Stored items
=== Begin Enclosure ===

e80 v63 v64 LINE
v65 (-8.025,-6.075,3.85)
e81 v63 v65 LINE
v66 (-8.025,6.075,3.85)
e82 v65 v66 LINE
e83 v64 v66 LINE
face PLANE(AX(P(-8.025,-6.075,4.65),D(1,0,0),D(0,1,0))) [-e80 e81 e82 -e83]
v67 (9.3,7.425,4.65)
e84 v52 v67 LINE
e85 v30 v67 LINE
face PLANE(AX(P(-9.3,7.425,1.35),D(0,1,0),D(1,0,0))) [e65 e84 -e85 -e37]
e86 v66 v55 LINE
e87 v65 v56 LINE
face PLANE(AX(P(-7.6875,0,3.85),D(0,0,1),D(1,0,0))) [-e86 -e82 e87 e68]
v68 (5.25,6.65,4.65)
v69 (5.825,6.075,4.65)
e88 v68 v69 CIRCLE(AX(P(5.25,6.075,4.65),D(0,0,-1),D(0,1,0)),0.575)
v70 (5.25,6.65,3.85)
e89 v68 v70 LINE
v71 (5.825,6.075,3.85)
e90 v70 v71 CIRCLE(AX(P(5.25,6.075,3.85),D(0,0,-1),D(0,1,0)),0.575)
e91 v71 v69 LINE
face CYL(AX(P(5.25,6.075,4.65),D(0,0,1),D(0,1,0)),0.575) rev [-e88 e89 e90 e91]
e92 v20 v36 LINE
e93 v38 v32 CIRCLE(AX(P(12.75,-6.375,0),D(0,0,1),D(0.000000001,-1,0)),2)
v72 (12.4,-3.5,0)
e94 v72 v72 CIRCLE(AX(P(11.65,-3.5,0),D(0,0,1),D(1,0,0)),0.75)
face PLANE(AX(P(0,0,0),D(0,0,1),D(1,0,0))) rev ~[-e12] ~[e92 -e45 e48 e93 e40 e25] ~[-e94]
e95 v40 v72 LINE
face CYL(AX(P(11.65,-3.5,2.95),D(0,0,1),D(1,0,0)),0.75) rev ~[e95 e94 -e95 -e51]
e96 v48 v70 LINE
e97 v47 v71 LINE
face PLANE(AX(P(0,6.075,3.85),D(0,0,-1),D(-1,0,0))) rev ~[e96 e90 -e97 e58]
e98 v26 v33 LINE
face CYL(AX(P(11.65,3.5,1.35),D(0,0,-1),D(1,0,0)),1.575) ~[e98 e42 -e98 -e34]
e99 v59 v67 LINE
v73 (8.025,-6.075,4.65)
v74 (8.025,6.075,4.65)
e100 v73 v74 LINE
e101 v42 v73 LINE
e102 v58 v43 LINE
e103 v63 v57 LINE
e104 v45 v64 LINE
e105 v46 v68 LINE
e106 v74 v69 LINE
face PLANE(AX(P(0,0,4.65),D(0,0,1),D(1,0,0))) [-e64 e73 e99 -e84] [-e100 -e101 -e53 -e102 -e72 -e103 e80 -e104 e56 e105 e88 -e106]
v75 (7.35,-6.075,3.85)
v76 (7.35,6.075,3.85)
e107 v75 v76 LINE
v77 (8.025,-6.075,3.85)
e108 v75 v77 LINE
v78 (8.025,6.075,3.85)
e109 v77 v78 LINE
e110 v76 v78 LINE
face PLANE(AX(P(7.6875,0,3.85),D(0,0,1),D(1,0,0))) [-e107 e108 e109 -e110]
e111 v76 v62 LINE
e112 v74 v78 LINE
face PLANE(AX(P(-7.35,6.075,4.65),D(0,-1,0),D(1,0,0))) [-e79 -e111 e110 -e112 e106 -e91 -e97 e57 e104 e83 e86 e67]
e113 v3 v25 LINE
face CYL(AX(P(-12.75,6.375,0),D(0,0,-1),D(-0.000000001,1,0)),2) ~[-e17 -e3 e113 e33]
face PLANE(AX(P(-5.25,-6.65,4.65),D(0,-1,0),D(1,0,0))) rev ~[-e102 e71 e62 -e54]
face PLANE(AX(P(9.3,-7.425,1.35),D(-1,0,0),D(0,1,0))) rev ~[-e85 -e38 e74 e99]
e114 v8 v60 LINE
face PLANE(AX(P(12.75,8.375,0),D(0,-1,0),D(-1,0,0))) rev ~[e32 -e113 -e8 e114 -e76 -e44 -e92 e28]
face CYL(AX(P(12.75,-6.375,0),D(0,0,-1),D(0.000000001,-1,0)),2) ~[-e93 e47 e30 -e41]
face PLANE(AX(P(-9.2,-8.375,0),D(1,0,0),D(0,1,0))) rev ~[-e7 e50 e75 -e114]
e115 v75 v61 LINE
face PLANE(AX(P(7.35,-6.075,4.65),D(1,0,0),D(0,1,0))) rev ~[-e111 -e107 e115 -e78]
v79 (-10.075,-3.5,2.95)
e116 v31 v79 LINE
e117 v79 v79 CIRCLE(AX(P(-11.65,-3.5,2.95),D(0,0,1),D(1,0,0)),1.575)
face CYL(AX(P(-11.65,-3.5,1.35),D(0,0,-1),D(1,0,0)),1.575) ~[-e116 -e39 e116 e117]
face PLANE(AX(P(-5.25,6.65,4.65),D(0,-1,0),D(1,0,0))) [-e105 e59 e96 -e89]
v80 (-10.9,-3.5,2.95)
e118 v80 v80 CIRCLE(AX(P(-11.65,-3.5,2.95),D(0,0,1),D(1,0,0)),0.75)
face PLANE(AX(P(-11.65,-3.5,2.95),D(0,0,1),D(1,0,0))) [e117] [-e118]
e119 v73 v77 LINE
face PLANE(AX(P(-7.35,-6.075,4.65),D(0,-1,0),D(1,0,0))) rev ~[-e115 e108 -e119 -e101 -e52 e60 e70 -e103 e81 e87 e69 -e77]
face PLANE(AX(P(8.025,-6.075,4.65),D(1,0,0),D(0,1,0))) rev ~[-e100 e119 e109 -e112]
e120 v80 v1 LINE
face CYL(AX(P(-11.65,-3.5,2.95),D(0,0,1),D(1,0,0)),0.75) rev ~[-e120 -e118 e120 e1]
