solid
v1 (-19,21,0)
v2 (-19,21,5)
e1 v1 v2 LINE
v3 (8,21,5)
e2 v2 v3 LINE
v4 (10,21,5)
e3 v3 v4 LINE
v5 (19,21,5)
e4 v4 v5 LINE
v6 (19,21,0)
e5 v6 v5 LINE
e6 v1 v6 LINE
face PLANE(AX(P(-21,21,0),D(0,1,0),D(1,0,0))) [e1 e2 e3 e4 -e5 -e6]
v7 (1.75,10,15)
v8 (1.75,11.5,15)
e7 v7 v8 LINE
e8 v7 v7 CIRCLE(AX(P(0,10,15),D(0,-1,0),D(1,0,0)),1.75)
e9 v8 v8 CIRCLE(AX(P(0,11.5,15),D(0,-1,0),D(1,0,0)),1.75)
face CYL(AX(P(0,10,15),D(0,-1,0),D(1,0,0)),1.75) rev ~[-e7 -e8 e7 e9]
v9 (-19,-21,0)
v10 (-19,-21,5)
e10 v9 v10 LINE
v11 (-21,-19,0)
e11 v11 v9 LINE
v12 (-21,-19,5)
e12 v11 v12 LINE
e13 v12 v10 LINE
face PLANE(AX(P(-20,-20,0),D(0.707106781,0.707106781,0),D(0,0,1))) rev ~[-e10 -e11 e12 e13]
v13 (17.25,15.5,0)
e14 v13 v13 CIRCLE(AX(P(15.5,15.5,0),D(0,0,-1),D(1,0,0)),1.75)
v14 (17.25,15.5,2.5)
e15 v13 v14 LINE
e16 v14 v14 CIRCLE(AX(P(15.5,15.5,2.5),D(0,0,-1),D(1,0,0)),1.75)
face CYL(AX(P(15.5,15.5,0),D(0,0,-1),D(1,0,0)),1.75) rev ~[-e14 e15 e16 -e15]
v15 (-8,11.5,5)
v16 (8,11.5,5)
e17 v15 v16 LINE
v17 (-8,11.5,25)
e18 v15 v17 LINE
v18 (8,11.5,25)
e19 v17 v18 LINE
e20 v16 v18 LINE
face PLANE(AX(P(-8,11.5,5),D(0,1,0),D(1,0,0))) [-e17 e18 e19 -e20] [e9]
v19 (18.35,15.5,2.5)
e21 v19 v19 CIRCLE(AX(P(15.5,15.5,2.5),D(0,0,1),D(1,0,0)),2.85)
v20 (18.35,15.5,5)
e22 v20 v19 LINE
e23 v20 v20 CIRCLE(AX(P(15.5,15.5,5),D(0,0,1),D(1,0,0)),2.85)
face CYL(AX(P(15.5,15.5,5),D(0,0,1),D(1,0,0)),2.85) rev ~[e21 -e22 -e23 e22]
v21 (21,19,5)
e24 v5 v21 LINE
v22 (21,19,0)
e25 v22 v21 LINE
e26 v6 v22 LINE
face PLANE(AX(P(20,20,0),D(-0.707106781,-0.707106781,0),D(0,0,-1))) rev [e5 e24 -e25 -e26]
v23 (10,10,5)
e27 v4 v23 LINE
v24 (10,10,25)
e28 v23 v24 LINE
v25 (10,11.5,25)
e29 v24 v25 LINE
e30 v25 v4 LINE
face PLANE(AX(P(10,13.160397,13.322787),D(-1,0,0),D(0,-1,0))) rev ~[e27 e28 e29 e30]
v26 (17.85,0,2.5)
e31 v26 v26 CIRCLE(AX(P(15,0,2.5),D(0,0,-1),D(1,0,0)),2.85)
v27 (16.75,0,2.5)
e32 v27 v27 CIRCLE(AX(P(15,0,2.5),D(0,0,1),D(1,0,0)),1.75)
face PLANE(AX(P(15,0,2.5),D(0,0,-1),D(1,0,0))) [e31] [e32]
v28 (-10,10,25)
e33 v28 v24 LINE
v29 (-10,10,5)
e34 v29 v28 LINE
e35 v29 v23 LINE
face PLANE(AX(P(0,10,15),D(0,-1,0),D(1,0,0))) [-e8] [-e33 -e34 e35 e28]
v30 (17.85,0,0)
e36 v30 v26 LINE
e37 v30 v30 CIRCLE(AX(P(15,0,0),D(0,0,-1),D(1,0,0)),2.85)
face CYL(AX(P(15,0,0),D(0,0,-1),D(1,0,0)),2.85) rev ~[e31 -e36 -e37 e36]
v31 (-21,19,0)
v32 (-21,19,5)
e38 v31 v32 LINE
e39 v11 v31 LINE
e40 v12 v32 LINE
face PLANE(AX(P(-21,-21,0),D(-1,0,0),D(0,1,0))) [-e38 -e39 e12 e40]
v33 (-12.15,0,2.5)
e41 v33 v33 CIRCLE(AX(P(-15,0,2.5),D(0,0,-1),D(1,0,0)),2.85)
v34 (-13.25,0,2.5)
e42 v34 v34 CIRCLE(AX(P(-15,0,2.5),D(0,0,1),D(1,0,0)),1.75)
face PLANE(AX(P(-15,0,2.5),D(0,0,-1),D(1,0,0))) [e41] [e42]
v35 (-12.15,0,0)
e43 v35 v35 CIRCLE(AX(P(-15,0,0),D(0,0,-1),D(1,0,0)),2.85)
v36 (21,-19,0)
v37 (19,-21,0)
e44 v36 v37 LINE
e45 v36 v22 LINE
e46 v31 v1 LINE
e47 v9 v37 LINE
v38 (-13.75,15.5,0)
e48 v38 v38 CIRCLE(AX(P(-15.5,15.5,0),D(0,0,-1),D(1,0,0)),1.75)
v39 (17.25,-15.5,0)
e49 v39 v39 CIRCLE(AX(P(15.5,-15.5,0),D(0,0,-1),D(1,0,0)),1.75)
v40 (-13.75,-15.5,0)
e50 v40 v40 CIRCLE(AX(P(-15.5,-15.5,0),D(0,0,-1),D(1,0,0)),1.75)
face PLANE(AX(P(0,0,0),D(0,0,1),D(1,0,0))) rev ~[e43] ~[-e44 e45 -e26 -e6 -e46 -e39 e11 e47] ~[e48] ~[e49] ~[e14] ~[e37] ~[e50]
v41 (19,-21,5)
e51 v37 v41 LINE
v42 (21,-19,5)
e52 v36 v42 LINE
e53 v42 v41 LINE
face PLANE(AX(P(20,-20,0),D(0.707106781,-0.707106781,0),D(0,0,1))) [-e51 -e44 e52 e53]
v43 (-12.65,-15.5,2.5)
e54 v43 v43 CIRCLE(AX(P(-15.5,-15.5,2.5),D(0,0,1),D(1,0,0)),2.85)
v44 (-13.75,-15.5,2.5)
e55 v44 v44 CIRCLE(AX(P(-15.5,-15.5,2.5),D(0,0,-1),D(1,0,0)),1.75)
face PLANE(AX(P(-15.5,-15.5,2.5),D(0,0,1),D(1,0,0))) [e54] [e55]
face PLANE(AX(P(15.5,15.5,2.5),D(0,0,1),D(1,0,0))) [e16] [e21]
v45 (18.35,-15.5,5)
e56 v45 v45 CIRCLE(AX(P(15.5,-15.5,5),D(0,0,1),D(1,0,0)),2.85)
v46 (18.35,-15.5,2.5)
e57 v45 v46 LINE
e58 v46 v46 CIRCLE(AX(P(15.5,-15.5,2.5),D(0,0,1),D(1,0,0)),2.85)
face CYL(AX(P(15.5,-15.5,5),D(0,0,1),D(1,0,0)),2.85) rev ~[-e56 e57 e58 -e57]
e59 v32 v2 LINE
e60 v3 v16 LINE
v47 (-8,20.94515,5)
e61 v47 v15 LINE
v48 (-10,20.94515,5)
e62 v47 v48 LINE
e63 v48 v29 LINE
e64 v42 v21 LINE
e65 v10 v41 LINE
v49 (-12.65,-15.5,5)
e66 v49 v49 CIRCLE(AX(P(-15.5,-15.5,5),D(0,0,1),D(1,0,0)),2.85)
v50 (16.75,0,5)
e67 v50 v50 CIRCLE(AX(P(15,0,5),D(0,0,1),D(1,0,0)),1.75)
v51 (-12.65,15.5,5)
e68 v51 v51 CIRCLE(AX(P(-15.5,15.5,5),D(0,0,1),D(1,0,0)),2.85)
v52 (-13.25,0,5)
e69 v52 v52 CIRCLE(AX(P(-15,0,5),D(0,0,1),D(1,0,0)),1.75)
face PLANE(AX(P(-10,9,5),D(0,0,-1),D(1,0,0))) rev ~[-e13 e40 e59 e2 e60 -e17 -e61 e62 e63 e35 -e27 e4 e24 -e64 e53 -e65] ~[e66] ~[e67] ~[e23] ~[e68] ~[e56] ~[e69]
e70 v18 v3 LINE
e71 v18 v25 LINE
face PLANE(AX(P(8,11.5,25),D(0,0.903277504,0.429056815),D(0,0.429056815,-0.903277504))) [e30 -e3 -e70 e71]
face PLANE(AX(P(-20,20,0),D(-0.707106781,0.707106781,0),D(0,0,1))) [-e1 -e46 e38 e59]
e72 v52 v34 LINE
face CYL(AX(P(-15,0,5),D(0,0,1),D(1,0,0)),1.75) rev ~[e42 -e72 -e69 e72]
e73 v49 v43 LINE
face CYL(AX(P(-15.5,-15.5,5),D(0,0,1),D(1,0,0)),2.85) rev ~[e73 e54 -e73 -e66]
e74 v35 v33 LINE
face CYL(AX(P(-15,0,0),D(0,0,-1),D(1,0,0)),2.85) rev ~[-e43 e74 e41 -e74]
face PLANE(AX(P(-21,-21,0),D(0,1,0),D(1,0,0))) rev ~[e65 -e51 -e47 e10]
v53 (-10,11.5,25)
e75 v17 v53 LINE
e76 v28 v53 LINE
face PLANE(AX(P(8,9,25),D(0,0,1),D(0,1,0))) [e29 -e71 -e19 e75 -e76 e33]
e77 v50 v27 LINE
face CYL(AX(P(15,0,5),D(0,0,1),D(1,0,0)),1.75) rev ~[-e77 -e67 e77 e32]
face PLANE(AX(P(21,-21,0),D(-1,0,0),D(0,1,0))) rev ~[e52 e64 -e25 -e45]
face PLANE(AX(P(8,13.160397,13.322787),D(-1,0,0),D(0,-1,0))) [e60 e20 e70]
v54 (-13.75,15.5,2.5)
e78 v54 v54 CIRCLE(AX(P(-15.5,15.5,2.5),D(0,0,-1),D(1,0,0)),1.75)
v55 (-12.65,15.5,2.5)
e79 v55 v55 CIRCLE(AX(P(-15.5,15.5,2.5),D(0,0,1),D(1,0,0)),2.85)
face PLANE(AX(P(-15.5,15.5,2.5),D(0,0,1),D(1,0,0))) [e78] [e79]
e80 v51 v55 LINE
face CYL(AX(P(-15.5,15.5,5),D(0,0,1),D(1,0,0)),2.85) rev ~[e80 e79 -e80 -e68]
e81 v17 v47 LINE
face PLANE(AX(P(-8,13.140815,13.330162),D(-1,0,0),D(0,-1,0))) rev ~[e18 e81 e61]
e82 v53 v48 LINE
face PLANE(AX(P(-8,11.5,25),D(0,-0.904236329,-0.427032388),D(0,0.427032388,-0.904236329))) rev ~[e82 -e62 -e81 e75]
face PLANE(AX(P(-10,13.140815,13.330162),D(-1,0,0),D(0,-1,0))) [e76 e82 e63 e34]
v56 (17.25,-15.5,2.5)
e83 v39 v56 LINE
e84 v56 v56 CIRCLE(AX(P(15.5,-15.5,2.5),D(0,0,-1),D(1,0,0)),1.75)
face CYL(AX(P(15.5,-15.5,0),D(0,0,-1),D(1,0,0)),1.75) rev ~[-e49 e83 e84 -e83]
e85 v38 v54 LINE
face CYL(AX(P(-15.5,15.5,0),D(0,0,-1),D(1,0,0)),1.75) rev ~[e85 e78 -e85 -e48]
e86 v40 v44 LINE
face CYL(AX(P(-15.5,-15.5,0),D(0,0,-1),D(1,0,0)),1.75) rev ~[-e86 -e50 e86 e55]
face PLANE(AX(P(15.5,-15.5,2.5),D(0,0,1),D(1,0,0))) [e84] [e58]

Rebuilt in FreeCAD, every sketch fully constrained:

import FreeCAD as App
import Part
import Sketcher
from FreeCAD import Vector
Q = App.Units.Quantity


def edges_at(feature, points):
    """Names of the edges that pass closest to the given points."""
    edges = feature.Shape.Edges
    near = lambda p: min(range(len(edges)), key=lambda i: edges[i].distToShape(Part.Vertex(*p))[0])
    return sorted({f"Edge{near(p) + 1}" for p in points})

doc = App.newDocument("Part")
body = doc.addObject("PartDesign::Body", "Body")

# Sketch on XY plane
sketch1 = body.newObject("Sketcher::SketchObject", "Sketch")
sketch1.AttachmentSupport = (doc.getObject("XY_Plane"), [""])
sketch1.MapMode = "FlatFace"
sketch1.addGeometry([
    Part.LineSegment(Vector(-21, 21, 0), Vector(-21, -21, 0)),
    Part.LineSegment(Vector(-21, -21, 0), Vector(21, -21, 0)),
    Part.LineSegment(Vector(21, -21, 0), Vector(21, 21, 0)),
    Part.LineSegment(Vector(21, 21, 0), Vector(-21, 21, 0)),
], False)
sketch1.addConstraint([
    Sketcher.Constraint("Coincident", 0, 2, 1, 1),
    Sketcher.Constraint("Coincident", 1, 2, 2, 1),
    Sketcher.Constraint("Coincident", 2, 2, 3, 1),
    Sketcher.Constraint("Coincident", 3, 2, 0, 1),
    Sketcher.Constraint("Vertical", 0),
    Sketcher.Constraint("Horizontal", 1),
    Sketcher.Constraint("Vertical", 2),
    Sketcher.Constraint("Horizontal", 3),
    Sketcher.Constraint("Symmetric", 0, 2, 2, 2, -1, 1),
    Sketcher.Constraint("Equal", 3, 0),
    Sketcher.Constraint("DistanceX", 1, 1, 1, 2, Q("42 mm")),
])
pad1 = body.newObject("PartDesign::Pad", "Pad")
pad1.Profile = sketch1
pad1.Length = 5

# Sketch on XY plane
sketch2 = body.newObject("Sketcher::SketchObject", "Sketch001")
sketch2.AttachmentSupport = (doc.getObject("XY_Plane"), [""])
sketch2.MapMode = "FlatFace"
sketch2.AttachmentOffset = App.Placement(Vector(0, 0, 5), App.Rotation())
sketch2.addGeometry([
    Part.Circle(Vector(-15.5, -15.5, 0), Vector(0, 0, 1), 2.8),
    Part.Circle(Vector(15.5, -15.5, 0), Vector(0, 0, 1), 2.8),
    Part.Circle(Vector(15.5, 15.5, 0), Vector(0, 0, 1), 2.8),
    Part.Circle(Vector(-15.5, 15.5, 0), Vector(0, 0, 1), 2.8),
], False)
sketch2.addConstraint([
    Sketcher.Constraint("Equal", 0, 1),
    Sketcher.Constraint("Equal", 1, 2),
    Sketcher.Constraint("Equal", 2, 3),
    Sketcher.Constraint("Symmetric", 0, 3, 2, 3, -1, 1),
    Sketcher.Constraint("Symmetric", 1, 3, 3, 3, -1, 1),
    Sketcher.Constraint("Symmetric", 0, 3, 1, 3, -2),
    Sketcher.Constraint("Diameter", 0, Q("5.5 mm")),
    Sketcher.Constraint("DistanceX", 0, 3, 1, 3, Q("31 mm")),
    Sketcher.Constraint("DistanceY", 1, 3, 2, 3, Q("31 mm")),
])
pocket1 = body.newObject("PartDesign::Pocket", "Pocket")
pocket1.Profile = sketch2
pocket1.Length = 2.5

=== End Enclosure ===

**REQUIREMENT**:
Your answer must be the lines above, unchanged, from the first one through the line that holds "v74 (8.025,6.075,4.65)", inclusive, and no others.

**EXERCISE RESPONSE**:
e80 v63 v64 LINE
v65 (-8.025,-6.075,3.85)
e81 v63 v65 LINE
v66 (-8.025,6.075,3.85)
e82 v65 v66 LINE
e83 v64 v66 LINE
face PLANE(AX(P(-8.025,-6.075,4.65),D(1,0,0),D(0,1,0))) [-e80 e81 e82 -e83]
v67 (9.3,7.425,4.65)
e84 v52 v67 LINE
e85 v30 v67 LINE
face PLANE(AX(P(-9.3,7.425,1.35),D(0,1,0),D(1,0,0))) [e65 e84 -e85 -e37]
e86 v66 v55 LINE
e87 v65 v56 LINE
face PLANE(AX(P(-7.6875,0,3.85),D(0,0,1),D(1,0,0))) [-e86 -e82 e87 e68]
v68 (5.25,6.65,4.65)
v69 (5.825,6.075,4.65)
e88 v68 v69 CIRCLE(AX(P(5.25,6.075,4.65),D(0,0,-1),D(0,1,0)),0.575)
v70 (5.25,6.65,3.85)
e89 v68 v70 LINE
v71 (5.825,6.075,3.85)
e90 v70 v71 CIRCLE(AX(P(5.25,6.075,3.85),D(0,0,-1),D(0,1,0)),0.575)
e91 v71 v69 LINE
face CYL(AX(P(5.25,6.075,4.65),D(0,0,1),D(0,1,0)),0.575) rev [-e88 e89 e90 e91]
e92 v20 v36 LINE
e93 v38 v32 CIRCLE(AX(P(12.75,-6.375,0),D(0,0,1),D(0.000000001,-1,0)),2)
v72 (12.4,-3.5,0)
e94 v72 v72 CIRCLE(AX(P(11.65,-3.5,0),D(0,0,1),D(1,0,0)),0.75)
face PLANE(AX(P(0,0,0),D(0,0,1),D(1,0,0))) rev ~[-e12] ~[e92 -e45 e48 e93 e40 e25] ~[-e94]
e95 v40 v72 LINE
face CYL(AX(P(11.65,-3.5,2.95),D(0,0,1),D(1,0,0)),0.75) rev ~[e95 e94 -e95 -e51]
e96 v48 v70 LINE
e97 v47 v71 LINE
face PLANE(AX(P(0,6.075,3.85),D(0,0,-1),D(-1,0,0))) rev ~[e96 e90 -e97 e58]
e98 v26 v33 LINE
face CYL(AX(P(11.65,3.5,1.35),D(0,0,-1),D(1,0,0)),1.575) ~[e98 e42 -e98 -e34]
e99 v59 v67 LINE
v73 (8.025,-6.075,4.65)
v74 (8.025,6.075,4.65)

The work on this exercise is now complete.